Before talking about Grafana and what it is, we must understand what telemetry is. Telemetry is the automatic recording and transmission of data from a remote or inaccessible source and when the system is in a different location for monitoring and analysis.
We usually need to get information from parts of the infrastructure or parts of an application that we cannot normally access. For example, if we need to deploy a version in one of the already implemented implementations, we cannot debug it.
Therefore, the code is inaccessible in production, making it difficult to understand what part of the code is slow, or has problems.
Grafana is an open-source tool with Apache 2.0 license. It is used to visualize time series data. Collect a series of data and generate a graphic overview of the situation. Grafana uses data sources to take information and graph it.
It is difficult to monitor the system while they are working.
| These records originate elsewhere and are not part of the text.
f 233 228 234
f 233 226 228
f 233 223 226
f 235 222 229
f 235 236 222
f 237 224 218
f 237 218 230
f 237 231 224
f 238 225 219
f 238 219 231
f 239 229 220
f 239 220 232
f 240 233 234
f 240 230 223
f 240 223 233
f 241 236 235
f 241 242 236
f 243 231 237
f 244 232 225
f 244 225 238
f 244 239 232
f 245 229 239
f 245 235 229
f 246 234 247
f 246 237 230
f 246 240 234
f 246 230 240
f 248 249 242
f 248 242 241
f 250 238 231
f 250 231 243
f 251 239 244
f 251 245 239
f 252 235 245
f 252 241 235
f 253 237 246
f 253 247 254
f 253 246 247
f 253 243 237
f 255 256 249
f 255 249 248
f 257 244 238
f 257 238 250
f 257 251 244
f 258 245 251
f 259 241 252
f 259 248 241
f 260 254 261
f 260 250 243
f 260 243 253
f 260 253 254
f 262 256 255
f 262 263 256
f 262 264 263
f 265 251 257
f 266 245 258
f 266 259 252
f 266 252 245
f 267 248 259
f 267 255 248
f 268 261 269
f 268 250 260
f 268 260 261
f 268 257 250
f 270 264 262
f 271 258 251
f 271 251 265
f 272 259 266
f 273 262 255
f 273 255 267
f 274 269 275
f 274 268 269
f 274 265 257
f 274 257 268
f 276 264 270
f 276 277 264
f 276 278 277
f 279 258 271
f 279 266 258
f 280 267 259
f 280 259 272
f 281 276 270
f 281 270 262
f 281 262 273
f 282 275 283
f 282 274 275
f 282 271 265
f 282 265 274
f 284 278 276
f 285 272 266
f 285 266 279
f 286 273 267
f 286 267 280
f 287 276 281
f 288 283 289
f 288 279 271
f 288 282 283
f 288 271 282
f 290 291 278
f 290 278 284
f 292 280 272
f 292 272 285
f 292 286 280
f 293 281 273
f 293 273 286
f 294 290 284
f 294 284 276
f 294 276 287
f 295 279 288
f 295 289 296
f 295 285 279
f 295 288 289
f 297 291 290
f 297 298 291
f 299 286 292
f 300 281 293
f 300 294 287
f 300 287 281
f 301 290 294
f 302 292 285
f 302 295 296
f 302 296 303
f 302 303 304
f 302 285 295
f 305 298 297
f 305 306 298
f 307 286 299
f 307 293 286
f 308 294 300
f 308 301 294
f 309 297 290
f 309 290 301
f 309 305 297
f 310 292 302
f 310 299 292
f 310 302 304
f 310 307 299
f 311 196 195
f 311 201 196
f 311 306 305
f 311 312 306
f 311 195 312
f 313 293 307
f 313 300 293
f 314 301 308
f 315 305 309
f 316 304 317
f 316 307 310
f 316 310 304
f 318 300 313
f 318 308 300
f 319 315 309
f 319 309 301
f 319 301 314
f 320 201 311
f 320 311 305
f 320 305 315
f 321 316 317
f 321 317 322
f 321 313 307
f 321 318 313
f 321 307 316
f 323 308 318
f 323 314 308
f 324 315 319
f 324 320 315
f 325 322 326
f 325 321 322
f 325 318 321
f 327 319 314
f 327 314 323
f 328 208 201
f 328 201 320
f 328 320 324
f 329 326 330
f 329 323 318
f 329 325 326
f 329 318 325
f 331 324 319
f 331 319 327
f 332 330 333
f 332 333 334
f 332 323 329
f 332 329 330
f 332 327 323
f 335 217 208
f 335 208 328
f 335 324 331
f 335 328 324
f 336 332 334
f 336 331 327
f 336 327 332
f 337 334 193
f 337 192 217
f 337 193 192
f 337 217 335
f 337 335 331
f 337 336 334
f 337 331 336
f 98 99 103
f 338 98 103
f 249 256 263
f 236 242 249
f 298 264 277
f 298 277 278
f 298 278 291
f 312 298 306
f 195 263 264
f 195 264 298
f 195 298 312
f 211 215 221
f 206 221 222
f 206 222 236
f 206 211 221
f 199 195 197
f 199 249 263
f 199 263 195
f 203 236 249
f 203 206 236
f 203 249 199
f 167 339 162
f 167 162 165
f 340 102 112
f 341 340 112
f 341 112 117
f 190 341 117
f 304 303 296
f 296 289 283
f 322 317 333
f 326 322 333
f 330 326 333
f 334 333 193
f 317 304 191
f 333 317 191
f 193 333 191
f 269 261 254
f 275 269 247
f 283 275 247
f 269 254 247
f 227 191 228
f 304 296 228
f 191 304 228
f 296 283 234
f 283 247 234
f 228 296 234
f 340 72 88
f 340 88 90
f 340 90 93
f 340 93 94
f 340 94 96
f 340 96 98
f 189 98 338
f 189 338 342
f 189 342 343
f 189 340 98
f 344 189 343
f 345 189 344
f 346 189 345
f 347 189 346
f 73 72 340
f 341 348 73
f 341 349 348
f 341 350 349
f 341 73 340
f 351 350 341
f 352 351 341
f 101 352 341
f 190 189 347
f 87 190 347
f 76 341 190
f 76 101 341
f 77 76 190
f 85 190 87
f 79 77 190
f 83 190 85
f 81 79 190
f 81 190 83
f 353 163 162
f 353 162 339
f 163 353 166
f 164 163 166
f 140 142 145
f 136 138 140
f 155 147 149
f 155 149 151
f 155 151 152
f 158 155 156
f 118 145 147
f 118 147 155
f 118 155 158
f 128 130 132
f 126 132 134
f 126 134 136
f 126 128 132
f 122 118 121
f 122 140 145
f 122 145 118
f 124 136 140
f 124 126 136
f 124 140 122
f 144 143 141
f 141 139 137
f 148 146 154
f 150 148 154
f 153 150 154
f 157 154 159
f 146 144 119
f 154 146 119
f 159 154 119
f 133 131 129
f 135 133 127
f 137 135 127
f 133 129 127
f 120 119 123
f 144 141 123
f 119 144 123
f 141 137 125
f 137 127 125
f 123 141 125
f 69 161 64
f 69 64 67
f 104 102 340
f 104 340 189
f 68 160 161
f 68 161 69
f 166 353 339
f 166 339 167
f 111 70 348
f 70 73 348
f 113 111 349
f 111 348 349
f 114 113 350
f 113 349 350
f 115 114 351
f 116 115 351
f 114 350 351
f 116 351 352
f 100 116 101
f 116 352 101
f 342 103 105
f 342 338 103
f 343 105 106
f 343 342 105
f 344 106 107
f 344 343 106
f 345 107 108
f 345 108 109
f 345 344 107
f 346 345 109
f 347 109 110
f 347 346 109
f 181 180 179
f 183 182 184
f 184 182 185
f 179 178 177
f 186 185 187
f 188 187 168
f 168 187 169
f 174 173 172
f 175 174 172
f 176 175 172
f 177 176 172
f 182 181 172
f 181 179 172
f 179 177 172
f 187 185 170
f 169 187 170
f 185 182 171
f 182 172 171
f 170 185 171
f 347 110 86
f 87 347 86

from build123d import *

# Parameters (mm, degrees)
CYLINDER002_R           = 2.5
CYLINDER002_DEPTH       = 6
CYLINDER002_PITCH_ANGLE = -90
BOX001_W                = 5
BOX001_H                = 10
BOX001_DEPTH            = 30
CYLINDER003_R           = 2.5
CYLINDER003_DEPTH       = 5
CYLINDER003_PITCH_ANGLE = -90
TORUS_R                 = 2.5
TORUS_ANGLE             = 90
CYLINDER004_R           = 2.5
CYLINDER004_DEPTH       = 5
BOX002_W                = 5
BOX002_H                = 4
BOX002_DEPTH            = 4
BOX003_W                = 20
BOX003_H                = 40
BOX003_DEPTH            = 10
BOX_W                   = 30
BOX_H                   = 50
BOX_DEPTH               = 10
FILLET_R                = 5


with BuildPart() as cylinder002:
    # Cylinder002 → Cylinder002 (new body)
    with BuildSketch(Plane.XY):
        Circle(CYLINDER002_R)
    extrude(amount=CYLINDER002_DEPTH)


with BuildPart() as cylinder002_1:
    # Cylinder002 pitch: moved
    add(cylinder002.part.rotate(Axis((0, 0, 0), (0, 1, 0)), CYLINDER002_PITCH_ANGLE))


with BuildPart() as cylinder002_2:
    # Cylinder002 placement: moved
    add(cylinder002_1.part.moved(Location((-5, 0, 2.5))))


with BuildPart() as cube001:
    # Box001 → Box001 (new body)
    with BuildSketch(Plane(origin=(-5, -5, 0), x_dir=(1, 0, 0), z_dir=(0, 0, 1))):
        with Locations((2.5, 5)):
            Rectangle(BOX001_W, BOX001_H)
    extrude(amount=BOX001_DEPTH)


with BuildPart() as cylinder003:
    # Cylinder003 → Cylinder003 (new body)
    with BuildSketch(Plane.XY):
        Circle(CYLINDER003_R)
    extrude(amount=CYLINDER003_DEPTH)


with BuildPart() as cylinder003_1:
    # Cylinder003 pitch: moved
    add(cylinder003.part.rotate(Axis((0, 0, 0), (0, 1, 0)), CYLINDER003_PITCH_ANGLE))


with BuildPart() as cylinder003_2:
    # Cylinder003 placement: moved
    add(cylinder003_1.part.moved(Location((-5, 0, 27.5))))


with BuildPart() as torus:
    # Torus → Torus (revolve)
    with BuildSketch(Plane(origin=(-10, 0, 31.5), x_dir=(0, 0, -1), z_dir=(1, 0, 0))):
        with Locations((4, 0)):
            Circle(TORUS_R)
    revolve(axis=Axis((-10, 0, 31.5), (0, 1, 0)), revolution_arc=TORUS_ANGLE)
So what we do with telemetry is put little snippets of code, for example, in our applications and websites to send data to a data source (a data source is where it stores telemetry data).
Therefore, by placing small snippets of code in our application and while the app or website is in the production environment and is processing, it sends small snippets of data to our source of data, how long does a command take to connect to the database or to save files to disk, how many milliseconds does it take to complete that operation, so the data is telemetry data and then we send it to a data source and then we can work on it to analyze it.
An example of telemetry data is the average time it takes to connect to a database over time. We can obtain this data to see if this is what slows down the application.
And if so, we make some improvements.
Another example would be, if we refactor the code and put it back into production, we can compare the data from before the code was refactored with the data after the code was refactored to see how we managed to improve performance.
Present: The challenge is that organizations today rely more and more on metric data as systems are now larger.
Normally, now the systems are built based on microservices architectures, the infrastructure happens to be in the cloud in the near future all the services are aiming for a solution in the cloud, with this type of metric data extraction the work of performance analysis or indicators of any kind.
And the second big challenge is that companies must collect telemetry data from different data sources and merge it to make sense.
Generally, if you look at the data, it won’t help you much unless you combine it with other data in other business parts.
For example, a series of calls received from customers on a web service. You should get these requests and then, for example, the number of hours you spend doing some kind of operation within your site or application. Then, look at them and say, “how can we improve the application to reduce the number of calls I receive from customers? How can we reduce the number of complaints?
Suppose some data is obtained from our code in the production system. If you want to see and measure that code within the app, with the following question: how many milliseconds will it take for a process to run? On the other hand, knowing if the infrastructure causes this slowness in the code, imagine that the application is on AWS and performance needs to be measured.
Is it the network? Do we need to scale? Do we monitor the infrastructure?
Clearly, you must merge data collected from the infrastructure with the data you get from your application, so, in that case, the metric data resides in two different data sources. One comes from your application and the one that provides you with an AWS.
Grafana is a tool that can be used in the cloud without installing it, or you can install it on your own servers.
The following data sources are officially supported:
- AWS CloudWatch
- Azure Monitor
- Google Stackdriver
- Microsoft SQL Server (MSSQL)
This tool displays the time series data (The time series data is a type of telemetry data that has information and a time attached to it in which the time series data must have a date or time attached), for example, 01/01/2020 23:21 am. Without these time data, the data cannot be visualized, since visualizing implies seeing data over time, obviously, and graphing them for later analysis. Grafana is really good at fetching data from different data sources and then putting it on a board so you can understand what’s going on above.
You can also define alerts, for example, if the number of requests to a webservice is excessive. If the number of exceptions in the code exceeds a certain number, you can define layers and generate alerts. Then alerts can be sent to a wide range of channels.
For example, sending email alerts.
Grafana allows you to query, visualize, alert on and understand your metrics no matter where they are stored. Create, explore, and share dashboards with your team and foster a data-driven culture:
Visualize: Fast and flexible client-side graphs with a multitude of options. Panel plugins for many different ways to visualize metrics and logs.
Dynamic Dashboards: Create dynamic & reusable dashboards with template variables that appear as dropdowns at the top of the dashboard.
Explore Metrics: Explore your data through ad-hoc queries and dynamic drilldown. Split view and compare different time ranges, queries and data sources side by side.
Explore Logs: Experience the magic of switching from metrics to logs with preserved label filters. Quickly search through all your logs or streaming them live.
Alerting: Visually define alert rules for your most important metrics. Grafana will continuously evaluate and send notifications to systems like Slack, PagerDuty, VictorOps, OpsGenie.
Mixed Data Sources: Mix different data sources in the same graph! You can specify a data source on a per-query basis. This works for even custom data sources.